**ABOUT THIS EXERCISE**
Below this line is a set of entries; quote exactly the lines from the line that contains "#70=CARTESIAN_POINT('',(0.,-25.4,44.45));" to the line that contains "#97=VERTEX_POINT('',#96);", both lines included.

[Dataset entries]

____

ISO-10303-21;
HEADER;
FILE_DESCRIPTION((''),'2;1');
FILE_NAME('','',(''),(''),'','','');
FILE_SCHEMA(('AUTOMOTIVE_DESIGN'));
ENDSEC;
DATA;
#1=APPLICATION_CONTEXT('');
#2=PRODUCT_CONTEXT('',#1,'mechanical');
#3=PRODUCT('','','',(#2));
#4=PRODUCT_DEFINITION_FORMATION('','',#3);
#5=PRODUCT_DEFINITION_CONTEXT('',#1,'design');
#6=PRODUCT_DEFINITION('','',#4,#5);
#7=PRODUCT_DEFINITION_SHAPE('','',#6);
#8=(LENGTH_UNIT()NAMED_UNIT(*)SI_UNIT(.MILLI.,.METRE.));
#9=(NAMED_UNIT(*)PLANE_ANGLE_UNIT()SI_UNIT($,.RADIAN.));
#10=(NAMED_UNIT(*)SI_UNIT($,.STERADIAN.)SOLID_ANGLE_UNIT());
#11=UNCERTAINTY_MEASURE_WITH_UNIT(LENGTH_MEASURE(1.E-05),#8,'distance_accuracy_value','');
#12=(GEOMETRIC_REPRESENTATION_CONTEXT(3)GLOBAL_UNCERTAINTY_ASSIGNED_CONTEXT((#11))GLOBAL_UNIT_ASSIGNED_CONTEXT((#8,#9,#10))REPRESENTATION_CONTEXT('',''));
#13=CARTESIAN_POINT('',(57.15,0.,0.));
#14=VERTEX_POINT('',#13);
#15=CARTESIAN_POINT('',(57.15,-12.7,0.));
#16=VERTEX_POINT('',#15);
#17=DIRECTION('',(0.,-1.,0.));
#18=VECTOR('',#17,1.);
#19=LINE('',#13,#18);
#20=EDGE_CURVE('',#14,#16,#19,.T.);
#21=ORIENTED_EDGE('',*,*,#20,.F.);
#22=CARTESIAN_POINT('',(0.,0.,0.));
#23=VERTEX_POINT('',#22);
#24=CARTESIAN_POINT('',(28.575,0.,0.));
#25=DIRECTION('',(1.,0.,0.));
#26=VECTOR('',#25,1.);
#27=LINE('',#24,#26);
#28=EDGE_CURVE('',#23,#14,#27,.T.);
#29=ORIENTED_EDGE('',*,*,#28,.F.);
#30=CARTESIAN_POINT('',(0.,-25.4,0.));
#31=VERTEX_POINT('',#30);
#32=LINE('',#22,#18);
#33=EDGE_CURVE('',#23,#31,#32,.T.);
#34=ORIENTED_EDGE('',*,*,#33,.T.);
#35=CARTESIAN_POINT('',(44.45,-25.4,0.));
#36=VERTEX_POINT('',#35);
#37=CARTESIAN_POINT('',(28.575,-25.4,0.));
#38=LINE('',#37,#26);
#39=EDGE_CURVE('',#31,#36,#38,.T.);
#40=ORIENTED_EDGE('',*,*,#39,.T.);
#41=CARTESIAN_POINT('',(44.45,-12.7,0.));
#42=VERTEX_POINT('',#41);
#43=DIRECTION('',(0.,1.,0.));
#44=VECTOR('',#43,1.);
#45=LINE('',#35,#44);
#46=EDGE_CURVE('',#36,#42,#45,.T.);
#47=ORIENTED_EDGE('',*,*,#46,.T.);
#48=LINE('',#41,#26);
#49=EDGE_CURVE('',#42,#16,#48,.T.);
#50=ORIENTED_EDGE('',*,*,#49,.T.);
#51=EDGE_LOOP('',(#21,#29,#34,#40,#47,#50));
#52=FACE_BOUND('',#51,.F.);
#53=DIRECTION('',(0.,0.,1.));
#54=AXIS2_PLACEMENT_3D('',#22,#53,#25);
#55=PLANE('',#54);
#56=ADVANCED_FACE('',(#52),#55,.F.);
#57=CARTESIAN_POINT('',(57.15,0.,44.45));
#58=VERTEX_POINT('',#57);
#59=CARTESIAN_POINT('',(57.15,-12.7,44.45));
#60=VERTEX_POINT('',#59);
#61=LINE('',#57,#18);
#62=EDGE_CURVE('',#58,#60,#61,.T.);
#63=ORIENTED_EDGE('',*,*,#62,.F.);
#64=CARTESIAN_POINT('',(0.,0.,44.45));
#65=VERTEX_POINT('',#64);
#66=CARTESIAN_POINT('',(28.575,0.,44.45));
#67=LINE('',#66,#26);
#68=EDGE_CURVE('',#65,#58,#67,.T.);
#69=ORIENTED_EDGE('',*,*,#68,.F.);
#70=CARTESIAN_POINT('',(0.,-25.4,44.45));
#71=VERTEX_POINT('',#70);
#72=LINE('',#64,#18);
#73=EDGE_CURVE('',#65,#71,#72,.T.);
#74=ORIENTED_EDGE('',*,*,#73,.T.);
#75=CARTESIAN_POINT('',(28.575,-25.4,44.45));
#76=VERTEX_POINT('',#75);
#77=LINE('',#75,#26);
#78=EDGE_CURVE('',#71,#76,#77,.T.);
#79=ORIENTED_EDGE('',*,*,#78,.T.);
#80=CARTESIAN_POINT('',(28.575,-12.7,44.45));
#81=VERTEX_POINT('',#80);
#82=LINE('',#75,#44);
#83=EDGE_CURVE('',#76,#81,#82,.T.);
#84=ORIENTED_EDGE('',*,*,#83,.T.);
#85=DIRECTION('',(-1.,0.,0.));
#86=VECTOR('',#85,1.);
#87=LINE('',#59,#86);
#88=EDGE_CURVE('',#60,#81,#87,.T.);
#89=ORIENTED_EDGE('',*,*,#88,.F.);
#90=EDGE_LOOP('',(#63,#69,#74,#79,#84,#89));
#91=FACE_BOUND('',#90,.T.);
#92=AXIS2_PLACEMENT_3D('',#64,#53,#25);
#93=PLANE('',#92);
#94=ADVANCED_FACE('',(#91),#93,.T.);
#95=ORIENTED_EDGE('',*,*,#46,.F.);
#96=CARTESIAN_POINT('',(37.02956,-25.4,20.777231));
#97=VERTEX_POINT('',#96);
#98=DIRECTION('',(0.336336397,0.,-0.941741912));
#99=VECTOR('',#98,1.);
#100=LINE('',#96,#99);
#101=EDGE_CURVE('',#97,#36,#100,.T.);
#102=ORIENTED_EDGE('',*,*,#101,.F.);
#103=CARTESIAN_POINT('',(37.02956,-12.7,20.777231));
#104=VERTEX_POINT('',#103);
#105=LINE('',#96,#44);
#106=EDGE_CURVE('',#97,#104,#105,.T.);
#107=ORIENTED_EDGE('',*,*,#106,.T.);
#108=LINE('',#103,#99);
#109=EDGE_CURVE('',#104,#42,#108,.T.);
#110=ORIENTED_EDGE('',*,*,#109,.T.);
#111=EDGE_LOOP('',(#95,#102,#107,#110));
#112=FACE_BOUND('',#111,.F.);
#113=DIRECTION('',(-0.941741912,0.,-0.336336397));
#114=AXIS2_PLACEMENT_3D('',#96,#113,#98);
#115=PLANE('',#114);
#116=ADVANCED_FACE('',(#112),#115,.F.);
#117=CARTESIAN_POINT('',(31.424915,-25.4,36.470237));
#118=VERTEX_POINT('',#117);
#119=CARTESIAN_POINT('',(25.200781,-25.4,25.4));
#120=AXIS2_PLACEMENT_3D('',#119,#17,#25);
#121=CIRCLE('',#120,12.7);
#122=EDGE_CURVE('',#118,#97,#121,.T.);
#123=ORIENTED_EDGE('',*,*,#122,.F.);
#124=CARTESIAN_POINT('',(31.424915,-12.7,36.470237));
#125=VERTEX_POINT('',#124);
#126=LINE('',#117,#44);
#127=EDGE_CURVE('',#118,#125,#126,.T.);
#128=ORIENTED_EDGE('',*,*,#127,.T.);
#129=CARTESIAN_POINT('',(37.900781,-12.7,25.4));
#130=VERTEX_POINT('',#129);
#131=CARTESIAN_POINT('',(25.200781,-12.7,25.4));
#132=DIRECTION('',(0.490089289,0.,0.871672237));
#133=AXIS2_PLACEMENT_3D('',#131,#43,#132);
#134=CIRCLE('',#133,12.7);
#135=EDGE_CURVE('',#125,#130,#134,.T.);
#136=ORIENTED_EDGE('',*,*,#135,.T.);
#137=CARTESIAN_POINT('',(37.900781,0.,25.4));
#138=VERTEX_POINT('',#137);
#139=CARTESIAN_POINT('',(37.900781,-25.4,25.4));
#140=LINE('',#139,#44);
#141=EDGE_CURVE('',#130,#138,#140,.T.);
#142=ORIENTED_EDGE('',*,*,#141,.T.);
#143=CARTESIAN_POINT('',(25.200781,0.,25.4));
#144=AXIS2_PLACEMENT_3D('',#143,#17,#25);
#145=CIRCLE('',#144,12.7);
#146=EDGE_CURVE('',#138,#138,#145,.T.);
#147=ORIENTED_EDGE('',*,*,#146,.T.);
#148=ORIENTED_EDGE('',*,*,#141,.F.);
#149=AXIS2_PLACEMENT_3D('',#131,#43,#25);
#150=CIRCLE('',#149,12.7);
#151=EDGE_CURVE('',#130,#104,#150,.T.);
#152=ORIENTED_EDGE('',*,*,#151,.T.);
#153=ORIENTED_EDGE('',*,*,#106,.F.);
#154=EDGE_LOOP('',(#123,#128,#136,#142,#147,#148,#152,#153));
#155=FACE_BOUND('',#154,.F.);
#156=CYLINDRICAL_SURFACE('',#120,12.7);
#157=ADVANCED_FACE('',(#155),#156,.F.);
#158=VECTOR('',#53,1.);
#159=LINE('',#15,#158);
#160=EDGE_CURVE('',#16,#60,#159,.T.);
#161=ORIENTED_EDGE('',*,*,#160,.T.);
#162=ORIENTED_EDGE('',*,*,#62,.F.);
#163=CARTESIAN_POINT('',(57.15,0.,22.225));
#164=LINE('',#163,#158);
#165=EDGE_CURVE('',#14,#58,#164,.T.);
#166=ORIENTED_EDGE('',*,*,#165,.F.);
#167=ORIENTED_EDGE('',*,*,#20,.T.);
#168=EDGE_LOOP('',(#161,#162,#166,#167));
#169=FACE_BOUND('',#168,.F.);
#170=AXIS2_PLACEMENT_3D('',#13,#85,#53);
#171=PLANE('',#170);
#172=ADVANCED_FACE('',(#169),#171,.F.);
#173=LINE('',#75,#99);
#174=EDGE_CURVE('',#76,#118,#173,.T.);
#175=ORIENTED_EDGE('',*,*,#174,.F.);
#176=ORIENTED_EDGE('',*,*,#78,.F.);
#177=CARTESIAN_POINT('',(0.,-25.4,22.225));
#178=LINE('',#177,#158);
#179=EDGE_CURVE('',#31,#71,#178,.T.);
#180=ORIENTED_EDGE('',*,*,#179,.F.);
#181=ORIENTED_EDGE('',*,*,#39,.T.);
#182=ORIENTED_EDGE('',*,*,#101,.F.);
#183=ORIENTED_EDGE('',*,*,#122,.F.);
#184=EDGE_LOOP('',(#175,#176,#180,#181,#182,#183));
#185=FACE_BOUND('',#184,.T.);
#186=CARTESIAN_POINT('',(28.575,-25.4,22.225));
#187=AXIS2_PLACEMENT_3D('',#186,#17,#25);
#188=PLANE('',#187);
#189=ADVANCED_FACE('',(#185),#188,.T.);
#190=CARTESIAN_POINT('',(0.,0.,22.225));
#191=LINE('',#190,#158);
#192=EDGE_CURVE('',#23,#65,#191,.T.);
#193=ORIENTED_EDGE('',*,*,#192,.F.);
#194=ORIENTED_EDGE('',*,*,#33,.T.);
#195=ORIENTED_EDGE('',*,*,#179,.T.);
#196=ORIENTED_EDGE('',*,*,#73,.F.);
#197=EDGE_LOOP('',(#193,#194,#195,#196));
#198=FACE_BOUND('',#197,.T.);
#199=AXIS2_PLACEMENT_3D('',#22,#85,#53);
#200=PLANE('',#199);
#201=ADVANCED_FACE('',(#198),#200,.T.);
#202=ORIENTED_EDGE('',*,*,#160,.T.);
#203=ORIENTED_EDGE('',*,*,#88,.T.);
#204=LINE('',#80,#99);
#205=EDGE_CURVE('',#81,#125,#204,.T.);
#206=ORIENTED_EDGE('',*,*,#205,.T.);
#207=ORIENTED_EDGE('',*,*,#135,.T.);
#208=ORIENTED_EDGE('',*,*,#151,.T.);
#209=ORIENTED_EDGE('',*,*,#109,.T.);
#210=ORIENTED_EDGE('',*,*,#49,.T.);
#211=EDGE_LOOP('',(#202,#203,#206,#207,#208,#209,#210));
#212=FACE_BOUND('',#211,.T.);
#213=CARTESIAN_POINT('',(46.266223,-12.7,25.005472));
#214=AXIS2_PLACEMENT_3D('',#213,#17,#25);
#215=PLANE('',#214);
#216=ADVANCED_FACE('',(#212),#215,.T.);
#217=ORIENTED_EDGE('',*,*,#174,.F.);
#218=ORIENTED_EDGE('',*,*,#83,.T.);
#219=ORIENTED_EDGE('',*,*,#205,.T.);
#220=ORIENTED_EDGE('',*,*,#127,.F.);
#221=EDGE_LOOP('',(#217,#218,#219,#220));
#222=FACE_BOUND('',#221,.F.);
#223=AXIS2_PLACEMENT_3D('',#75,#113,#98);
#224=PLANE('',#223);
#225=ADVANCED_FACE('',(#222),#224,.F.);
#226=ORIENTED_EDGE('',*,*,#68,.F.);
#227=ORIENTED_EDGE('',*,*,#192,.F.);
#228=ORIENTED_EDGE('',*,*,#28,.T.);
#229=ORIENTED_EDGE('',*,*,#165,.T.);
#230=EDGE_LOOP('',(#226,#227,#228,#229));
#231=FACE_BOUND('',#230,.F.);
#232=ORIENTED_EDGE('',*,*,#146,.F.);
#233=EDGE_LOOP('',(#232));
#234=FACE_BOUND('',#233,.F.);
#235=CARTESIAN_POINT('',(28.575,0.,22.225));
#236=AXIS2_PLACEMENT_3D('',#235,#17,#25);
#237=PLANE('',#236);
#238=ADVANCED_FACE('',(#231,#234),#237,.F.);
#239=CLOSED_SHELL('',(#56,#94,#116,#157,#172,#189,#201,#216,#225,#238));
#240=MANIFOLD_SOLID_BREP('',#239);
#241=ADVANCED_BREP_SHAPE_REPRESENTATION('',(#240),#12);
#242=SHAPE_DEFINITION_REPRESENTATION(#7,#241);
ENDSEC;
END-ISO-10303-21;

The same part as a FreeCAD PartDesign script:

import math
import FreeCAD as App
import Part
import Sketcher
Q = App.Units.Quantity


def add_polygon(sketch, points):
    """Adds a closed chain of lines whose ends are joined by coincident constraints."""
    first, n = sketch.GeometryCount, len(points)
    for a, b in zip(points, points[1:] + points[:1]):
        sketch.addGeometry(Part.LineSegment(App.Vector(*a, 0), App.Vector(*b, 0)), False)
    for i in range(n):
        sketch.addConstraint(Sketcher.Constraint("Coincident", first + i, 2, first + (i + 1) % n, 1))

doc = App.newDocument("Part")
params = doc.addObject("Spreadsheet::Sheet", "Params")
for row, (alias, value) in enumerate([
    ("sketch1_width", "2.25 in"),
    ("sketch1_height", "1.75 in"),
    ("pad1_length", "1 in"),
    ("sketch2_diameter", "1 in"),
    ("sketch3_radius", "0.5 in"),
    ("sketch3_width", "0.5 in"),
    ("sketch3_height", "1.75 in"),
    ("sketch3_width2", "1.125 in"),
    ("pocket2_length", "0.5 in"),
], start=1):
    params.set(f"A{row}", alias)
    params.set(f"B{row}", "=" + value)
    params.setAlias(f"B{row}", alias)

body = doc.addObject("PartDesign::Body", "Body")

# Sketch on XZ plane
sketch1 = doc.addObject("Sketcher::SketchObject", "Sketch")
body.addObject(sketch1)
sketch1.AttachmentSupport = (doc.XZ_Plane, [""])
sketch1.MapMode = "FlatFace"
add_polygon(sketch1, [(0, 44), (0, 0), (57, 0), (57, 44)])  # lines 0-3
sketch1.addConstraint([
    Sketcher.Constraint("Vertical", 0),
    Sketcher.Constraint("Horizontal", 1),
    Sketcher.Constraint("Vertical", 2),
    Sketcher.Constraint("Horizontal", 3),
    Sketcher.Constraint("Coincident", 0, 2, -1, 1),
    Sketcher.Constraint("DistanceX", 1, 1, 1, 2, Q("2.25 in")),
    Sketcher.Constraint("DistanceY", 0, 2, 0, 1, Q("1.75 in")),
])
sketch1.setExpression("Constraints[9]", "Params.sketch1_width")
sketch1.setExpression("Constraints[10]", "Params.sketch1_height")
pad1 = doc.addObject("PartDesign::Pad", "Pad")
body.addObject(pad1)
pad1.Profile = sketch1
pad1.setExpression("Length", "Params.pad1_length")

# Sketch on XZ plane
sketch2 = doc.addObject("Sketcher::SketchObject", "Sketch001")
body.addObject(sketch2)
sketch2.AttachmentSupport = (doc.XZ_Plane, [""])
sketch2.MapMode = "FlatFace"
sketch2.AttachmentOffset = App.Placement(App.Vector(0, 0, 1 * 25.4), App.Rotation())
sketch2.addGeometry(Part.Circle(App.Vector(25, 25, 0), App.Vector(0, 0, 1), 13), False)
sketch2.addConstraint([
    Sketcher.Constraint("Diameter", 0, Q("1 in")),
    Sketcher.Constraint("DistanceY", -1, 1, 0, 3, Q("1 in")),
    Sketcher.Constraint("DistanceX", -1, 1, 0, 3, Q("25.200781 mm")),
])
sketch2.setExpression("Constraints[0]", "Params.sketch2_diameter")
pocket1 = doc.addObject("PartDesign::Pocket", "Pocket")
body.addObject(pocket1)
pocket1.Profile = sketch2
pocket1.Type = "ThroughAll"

____

**RESPONSE AREA**
#70=CARTESIAN_POINT('',(0.,-25.4,44.45));
#71=VERTEX_POINT('',#70);
#72=LINE('',#64,#18);
#73=EDGE_CURVE('',#65,#71,#72,.T.);
#74=ORIENTED_EDGE('',*,*,#73,.T.);
#75=CARTESIAN_POINT('',(28.575,-25.4,44.45));
#76=VERTEX_POINT('',#75);
#77=LINE('',#75,#26);
#78=EDGE_CURVE('',#71,#76,#77,.T.);
#79=ORIENTED_EDGE('',*,*,#78,.T.);
#80=CARTESIAN_POINT('',(28.575,-12.7,44.45));
#81=VERTEX_POINT('',#80);
#82=LINE('',#75,#44);
#83=EDGE_CURVE('',#76,#81,#82,.T.);
#84=ORIENTED_EDGE('',*,*,#83,.T.);
#85=DIRECTION('',(-1.,0.,0.));
#86=VECTOR('',#85,1.);
#87=LINE('',#59,#86);
#88=EDGE_CURVE('',#60,#81,#87,.T.);
#89=ORIENTED_EDGE('',*,*,#88,.F.);
#90=EDGE_LOOP('',(#63,#69,#74,#79,#84,#89));
#91=FACE_BOUND('',#90,.T.);
#92=AXIS2_PLACEMENT_3D('',#64,#53,#25);
#93=PLANE('',#92);
#94=ADVANCED_FACE('',(#91),#93,.T.);
#95=ORIENTED_EDGE('',*,*,#46,.F.);
#96=CARTESIAN_POINT('',(37.02956,-25.4,20.777231));
#97=VERTEX_POINT('',#96);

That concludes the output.